We're seeing every provider make massive, tangible infrastructure plays. AWS is vertically integrating, building its own custom-silicon AI supercomputer ("Project Rainier") for Anthropic while simultaneously laying its own private transatlantic subsea cable ("Fastnet") to own the network from end to end.

Microsoft, needing capacity now, is simply buying it, inking a $9.7 billion deal with IREN and another with Lambda just to secure data center space and GPUs. At the same time, it's "weaponizing sovereignty" by building specialized on-prem Azure Local hardware and new European regions (Austria and Belgium) to create regulatory moats that competitors can't easily cross. This is all about data gravity and data residency.

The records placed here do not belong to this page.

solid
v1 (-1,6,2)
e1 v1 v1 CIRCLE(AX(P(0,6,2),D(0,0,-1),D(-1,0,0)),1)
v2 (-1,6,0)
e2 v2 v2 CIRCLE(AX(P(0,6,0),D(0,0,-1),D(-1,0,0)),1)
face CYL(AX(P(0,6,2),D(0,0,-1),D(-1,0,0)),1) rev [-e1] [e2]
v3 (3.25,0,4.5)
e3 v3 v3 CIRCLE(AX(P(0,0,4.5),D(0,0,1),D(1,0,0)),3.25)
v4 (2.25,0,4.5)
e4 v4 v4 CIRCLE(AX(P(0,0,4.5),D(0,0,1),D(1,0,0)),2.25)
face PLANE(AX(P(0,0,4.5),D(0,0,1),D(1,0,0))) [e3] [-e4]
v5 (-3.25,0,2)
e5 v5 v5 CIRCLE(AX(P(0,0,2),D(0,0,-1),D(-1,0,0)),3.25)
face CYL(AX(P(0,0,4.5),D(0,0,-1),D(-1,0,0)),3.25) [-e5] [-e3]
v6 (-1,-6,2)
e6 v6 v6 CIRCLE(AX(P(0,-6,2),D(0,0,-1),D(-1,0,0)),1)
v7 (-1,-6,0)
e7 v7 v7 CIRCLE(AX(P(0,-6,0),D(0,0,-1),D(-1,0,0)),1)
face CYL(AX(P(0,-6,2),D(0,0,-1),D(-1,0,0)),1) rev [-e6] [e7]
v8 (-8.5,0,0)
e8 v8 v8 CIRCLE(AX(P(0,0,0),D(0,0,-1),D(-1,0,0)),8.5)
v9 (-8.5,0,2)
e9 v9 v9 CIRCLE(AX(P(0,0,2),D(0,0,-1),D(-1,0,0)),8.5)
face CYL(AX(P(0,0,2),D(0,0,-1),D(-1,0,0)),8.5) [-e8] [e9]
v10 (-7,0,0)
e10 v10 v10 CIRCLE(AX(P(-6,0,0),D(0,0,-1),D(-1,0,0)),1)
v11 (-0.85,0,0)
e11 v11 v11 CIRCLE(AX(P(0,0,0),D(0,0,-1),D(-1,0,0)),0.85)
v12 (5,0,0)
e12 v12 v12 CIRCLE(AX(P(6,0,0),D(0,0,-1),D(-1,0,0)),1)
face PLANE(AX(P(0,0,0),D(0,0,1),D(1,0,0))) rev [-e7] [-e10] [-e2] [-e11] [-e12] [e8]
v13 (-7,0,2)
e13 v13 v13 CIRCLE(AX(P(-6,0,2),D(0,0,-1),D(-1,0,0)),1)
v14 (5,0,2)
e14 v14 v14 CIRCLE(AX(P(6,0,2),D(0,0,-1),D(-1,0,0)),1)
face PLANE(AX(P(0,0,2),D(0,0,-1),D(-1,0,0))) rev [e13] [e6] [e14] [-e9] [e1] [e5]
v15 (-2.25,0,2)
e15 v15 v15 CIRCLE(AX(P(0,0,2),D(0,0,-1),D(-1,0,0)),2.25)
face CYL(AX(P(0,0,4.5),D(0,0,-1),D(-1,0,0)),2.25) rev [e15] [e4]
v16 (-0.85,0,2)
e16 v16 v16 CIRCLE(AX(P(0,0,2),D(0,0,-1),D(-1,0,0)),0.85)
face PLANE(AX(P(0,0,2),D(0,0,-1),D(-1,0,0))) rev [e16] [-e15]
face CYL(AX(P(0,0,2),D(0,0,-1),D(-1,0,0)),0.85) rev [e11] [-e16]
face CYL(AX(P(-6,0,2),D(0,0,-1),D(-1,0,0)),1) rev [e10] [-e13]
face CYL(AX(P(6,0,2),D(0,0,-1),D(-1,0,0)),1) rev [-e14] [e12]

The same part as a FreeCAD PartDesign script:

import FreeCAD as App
import Part
import Sketcher
Q = App.Units.Quantity

doc = App.newDocument("Part")
params = doc.addObject("Spreadsheet::Sheet", "Params")
for row, (alias, value) in enumerate([
    ("sketch1_diameter", "6.5 mm"),
    ("sketch1_diameter2", "4.5 mm"),
    ("pad1_length", "4.5 mm"),
    ("sketch2_diameter", "17 mm"),
    ("sketch2_diameter2", "2 mm"),
    ("sketch2_diameter3", "1.7 mm"),
    ("pad2_length", "2 mm"),
], start=1):
    params.set(f"A{row}", alias)
    params.set(f"B{row}", "=" + value)
    params.setAlias(f"B{row}", alias)

body = doc.addObject("PartDesign::Body", "Body")

sketch1 = body.newObject("Sketcher::SketchObject", "Sketch")
sketch1.AttachmentSupport = (doc.getObject("XY_Plane"), [""])
sketch1.MapMode = "FlatFace"
sketch1.addGeometry(Part.Circle(App.Vector(0, 0, 0), App.Vector(0, 0, 1), 3.2), False)
sketch1.addGeometry(Part.Circle(App.Vector(0, 0, 0), App.Vector(0, 0, 1), 2.2), False)
sketch1.addConstraint(Sketcher.Constraint("Coincident", 0, 3, -1, 1))
sketch1.addConstraint(Sketcher.Constraint("Coincident", 1, 3, -1, 1))
sketch1.addConstraint(Sketcher.Constraint("Diameter", 0, Q("6.5 mm")))
sketch1.addConstraint(Sketcher.Constraint("Diameter", 1, Q("4.5 mm")))
sketch1.setExpression("Constraints[2]", "Params.sketch1_diameter")
sketch1.setExpression("Constraints[3]", "Params.sketch1_diameter2")
pad1 = body.newObject("PartDesign::Pad", "Pad")
pad1.Profile = sketch1
pad1.setExpression("Length", "Params.pad1_length")

sketch2 = body.newObject("Sketcher::SketchObject", "Sketch001")
sketch2.AttachmentSupport = (doc.getObject("XY_Plane"), [""])
sketch2.MapMode = "FlatFace"
sketch2.addGeometry(Part.Circle(App.Vector(0, 0, 0), App.Vector(0, 0, 1), 8.5), False)
sketch2.addGeometry(Part.Circle(App.Vector(0, -6, 0), App.Vector(0, 0, 1), 1), False)
sketch2.addGeometry(Part.Circle(App.Vector(6, 0, 0), App.Vector(0, 0, 1), 1), False)
sketch2.addGeometry(Part.Circle(App.Vector(0, 0, 0), App.Vector(0, 0, 1), 0.8), False)
sketch2.addGeometry(Part.Circle(App.Vector(-6, 0, 0), App.Vector(0, 0, 1), 1), False)
sketch2.addGeometry(Part.Circle(App.Vector(0, 6, 0), App.Vector(0, 0, 1), 1), False)
sketch2.addConstraint(Sketcher.Constraint("Coincident", 0, 3, -1, 1))
sketch2.addConstraint(Sketcher.Constraint("Coincident", 3, 3, -1, 1))
sketch2.addConstraint(Sketcher.Constraint("Equal", 1, 2))
sketch2.addConstraint(Sketcher.Constraint("Equal", 2, 4))
sketch2.addConstraint(Sketcher.Constraint("Equal", 4, 5))
sketch2.addConstraint(Sketcher.Constraint("Symmetric", 2, 3, 4, 3, -1, 1))
sketch2.addConstraint(Sketcher.Constraint("Symmetric", 1, 3, 5, 3, -1, 1))
sketch2.addConstraint(Sketcher.Constraint("PointOnObject", 1, 3, -2))
sketch2.addConstraint(Sketcher.Constraint("PointOnObject", 2, 3, -1))
sketch2.addConstraint(Sketcher.Constraint("Diameter", 0, Q("17 mm")))
sketch2.addConstraint(Sketcher.Constraint("Diameter", 1, Q("2 mm")))
sketch2.addConstraint(Sketcher.Constraint("Diameter", 3, Q("1.7 mm")))
sketch2.addConstraint(Sketcher.Constraint("DistanceY", 1, 3, -1, 1, Q("6 mm")))
sketch2.addConstraint(Sketcher.Constraint("DistanceX", -1, 1, 2, 3, Q("6 mm")))
sketch2.setExpression("Constraints[9]", "Params.sketch2_diameter")
sketch2.setExpression("Constraints[10]", "Params.sketch2_diameter2")
sketch2.setExpression("Constraints[11]", "Params.sketch2_diameter3")
pad2 = body.newObject("PartDesign::Pad", "Pad001")
pad2.Profile = sketch2
pad2.setExpression("Length", "Params.pad2_length")

doc.recompute()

The game is no longer just about elastic, on-demand software. The winners will be those who can physically build—or buy—the most compute, power, and private networking, and place it in the right sovereign locations, fastest. The only question remaining is whether demand for this infrastructure can continue to keep pace.

📅 Event Radar

Nov
16-17
Google Cloud Summit Saudi Arabia | Riyadh
Not too late to register.
Nov
18-21
Microsoft Ignite | San Francisco
Major event coming up fast!
Dec
1-5

👋 Until Next Week

The buzzword of the week (or maybe the year), echoed by every single provider, was "agent." We saw GCP's "Data Engineering Agent," Oracle's "Agentic Finance," the Microsoft-SAP "agent-to-agent" integration, and the $38B AWS deal to power "agentic workloads."

We are clearly moving from Phase 2 of AI (calling a model via API) to Phase 3 (deploying and orchestrating autonomous agents). The big question for 2026 is no longer "who has the best model" but "who has the best platform for building, hosting, and orchestrating these agents."